• _Stored data entries_:
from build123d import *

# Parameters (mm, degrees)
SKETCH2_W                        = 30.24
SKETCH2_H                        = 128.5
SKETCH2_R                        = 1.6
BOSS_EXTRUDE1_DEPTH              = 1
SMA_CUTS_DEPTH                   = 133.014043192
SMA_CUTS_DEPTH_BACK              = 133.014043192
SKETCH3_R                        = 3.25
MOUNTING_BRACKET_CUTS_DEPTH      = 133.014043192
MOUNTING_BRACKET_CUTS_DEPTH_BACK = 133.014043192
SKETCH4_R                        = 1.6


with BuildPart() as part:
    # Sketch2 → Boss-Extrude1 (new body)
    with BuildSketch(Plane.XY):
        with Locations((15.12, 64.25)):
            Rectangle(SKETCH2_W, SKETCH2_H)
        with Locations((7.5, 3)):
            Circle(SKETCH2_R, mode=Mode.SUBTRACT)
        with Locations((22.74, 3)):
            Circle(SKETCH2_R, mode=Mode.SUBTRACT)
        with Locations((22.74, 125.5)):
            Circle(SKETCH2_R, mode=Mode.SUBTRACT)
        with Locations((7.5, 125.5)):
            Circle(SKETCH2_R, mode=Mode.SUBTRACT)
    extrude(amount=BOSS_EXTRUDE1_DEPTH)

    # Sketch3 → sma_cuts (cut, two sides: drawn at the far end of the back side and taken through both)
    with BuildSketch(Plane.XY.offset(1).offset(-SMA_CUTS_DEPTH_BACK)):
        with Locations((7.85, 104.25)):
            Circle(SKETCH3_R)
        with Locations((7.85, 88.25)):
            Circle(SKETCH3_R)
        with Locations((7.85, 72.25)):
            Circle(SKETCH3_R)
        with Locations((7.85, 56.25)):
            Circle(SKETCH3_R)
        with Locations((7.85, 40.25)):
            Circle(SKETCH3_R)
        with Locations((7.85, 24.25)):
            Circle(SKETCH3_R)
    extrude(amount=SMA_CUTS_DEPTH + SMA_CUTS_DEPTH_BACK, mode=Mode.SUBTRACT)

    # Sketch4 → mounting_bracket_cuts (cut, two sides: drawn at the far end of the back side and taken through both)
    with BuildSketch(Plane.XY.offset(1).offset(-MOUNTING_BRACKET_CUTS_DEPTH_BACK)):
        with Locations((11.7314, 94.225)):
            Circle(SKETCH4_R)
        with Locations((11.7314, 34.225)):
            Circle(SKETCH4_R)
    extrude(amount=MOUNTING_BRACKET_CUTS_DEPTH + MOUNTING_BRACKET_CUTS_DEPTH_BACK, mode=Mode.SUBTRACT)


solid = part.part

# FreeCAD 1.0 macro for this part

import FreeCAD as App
import Part
import Sketcher

V = App.Vector
Q = App.Units.Quantity


def add_polygon(sketch, points):
    """Adds a closed chain of lines whose ends are joined by coincident constraints."""
    first, n = sketch.GeometryCount, len(points)
    for a, b in zip(points, points[1:] + points[:1]):
        sketch.addGeometry(Part.LineSegment(App.Vector(*a, 0), App.Vector(*b, 0)), False)
    for i in range(n):
        sketch.addConstraint(Sketcher.Constraint("Coincident", first + i, 2, first + (i + 1) % n, 1))

doc = App.newDocument("Part")
body = doc.addObject("PartDesign::Body", "Body")

# Sketch on XY plane
sketch1 = body.newObject("Sketcher::SketchObject", "Sketch")
sketch1.AttachmentSupport = (doc.getObject("XY_Plane"), [""])
sketch1.MapMode = "FlatFace"
add_polygon(sketch1, [(0, 128.5), (0, 0), (30.2, 0), (30.2, 128.5)])  # lines 0-3
sketch1.addGeometry(Part.Circle(V(7.5, 3, 0), V(0, 0, 1), 1.6), False)  # 4
sketch1.addGeometry(Part.Circle(V(22.7, 3, 0), V(0, 0, 1), 1.6), False)  # 5
sketch1.addGeometry(Part.Circle(V(7.5, 125.5, 0), V(0, 0, 1), 1.6), False)  # 6
sketch1.addGeometry(Part.Circle(V(22.7, 125.5, 0), V(0, 0, 1), 1.6), False)  # 7
sketch1.addConstraint(Sketcher.Constraint("Vertical", 0))
sketch1.addConstraint(Sketcher.Constraint("Horizontal", 1))
sketch1.addConstraint(Sketcher.Constraint("Vertical", 2))
sketch1.addConstraint(Sketcher.Constraint("Horizontal", 3))
sketch1.addConstraint(Sketcher.Constraint("Coincident", 0, 2, -1, 1))
sketch1.addConstraint(Sketcher.Constraint("Equal", 4, 5))
sketch1.addConstraint(Sketcher.Constraint("Equal", 5, 6))
sketch1.addConstraint(Sketcher.Constraint("Equal", 6, 7))
sketch1.addConstraint(Sketcher.Constraint("Horizontal", 4, 3, 5, 3))
sketch1.addConstraint(Sketcher.Constraint("Horizontal", 6, 3, 7, 3))
sketch1.addConstraint(Sketcher.Constraint("Vertical", 4, 3, 6, 3))
sketch1.addConstraint(Sketcher.Constraint("Vertical", 5, 3, 7, 3))
sketch1.addConstraint(Sketcher.Constraint("Diameter", 4, Q("3.2 mm")))
sketch1.addConstraint(Sketcher.Constraint("DistanceY", 0, 2, 0, 1, Q("128.5 mm")))
sketch1.addConstraint(Sketcher.Constraint("DistanceY", -1, 1, 4, 3, Q("3 mm")))
sketch1.addConstraint(Sketcher.Constraint("DistanceY", 7, 3, 2, 2, Q("3 mm")))
sketch1.addConstraint(Sketcher.Constraint("DistanceX", 1, 1, 1, 2, Q("30.24 mm")))
sketch1.addConstraint(Sketcher.Constraint("DistanceX", -1, 1, 4, 3, Q("7.5 mm")))
sketch1.addConstraint(Sketcher.Constraint("DistanceX", 5, 3, 1, 2, Q("7.5 mm")))
pad1 = body.newObject("PartDesign::Pad", "Pad")
pad1.Profile = sketch1
pad1.Length = 1

# Sketch on XY plane
sketch2 = body.newObject("Sketcher::SketchObject", "Sketch001")
sketch2.AttachmentSupport = (doc.getObject("XY_Plane"), [""])
sketch2.MapMode = "FlatFace"
sketch2.AttachmentOffset = App.Placement(V(0, 0, 1), App.Rotation())
sketch2.addGeometry(Part.Circle(V(7.8, 104.2, 0), V(0, 0, 1), 3.2), False)
sketch2.addGeometry(Part.Circle(V(7.8, 88.2, 0), V(0, 0, 1), 3.2), False)
sketch2.addGeometry(Part.Circle(V(7.8, 72.2, 0), V(0, 0, 1), 3.2), False)
sketch2.addGeometry(Part.Circle(V(7.8, 56.2, 0), V(0, 0, 1), 3.2), False)
sketch2.addGeometry(Part.Circle(V(7.8, 40.2, 0), V(0, 0, 1), 3.2), False)
sketch2.addGeometry(Part.Circle(V(7.8, 24.2, 0), V(0, 0, 1), 3.2), False)
sketch2.addConstraint(Sketcher.Constraint("Equal", 0, 1))
sketch2.addConstraint(Sketcher.Constraint("Equal", 1, 2))
sketch2.addConstraint(Sketcher.Constraint("Equal", 2, 3))
sketch2.addConstraint(Sketcher.Constraint("Equal", 3, 4))
sketch2.addConstraint(Sketcher.Constraint("Equal", 4, 5))
sketch2.addConstraint(Sketcher.Constraint("Vertical", 0, 3, 1, 3))
sketch2.addConstraint(Sketcher.Constraint("Vertical", 1, 3, 2, 3))
sketch2.addConstraint(Sketcher.Constraint("Vertical", 2, 3, 3, 3))
sketch2.addConstraint(Sketcher.Constraint("Vertical", 3, 3, 4, 3))
sketch2.addConstraint(Sketcher.Constraint("Vertical", 4, 3, 5, 3))
sketch2.addConstraint(Sketcher.Constraint("Diameter", 0, Q("6.5 mm")))
sketch2.addConstraint(Sketcher.Constraint("DistanceY", 1, 3, 0, 3, Q("16 mm")))
sketch2.addConstraint(Sketcher.Constraint("DistanceY", 2, 3, 1, 3, Q("16 mm")))
sketch2.addConstraint(Sketcher.Constraint("DistanceY", 3, 3, 2, 3, Q("16 mm")))
sketch2.addConstraint(Sketcher.Constraint("DistanceY", 4, 3, 3, 3, Q("16 mm")))
sketch2.addConstraint(Sketcher.Constraint("DistanceY", 5, 3, 4, 3, Q("16 mm")))
sketch2.addConstraint(Sketcher.Constraint("DistanceX", -1, 1, 0, 3, Q("7.85 mm")))
sketch2.addConstraint(Sketcher.Constraint("DistanceY", -1, 1, 0, 3, Q("104.25 mm")))
pocket1 = body.newObject("PartDesign::Pocket", "Pocket")
pocket1.Profile = sketch2
pocket1.Type = "ThroughAll"
pocket1.Midplane = True

# Sketch on XY plane
sketch3 = body.newObject("Sketcher::SketchObject", "Sketch002")
sketch3.AttachmentSupport = (doc.getObject("XY_Plane"), [""])
sketch3.MapMode = "FlatFace"
sketch3.AttachmentOffset = App.Placement(V(0, 0, 1), App.Rotation())
sketch3.addGeometry(Part.Circle(V(11.7, 94.2, 0), V(0, 0, 1), 1.6), False)
sketch3.addGeometry(Part.Circle(V(11.7, 34.2, 0), V(0, 0, 1), 1.6), False)
sketch3.addConstraint(Sketcher.Constraint("Equal", 0, 1))
sketch3.addConstraint(Sketcher.Constraint("Vertical", 0, 3, 1, 3))
sketch3.addConstraint(Sketcher.Constraint("Diameter", 0, Q("3.2 mm")))
sketch3.addConstraint(Sketcher.Constraint("DistanceY", 1, 3, 0, 3, Q("60 mm")))
sketch3.addConstraint(Sketcher.Constraint("DistanceY", -1, 1, 0, 3, Q("94.225 mm")))
sketch3.addConstraint(Sketcher.Constraint("DistanceX", -1, 1, 0, 3, Q("11.7314 mm")))
pocket2 = body.newObject("PartDesign::Pocket", "Pocket001")
pocket2.Profile = sketch3
pocket2.Type = "ThroughAll"
pocket2.Midplane = True

doc.recompute()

• _Task_: Show all lines from the data that contain "drawn".

• _Solved problem_:
    # Sketch3 → sma_cuts (cut, two sides: drawn at the far end of the back side and taken through both)
    # Sketch4 → mounting_bracket_cuts (cut, two sides: drawn at the far end of the back side and taken through both)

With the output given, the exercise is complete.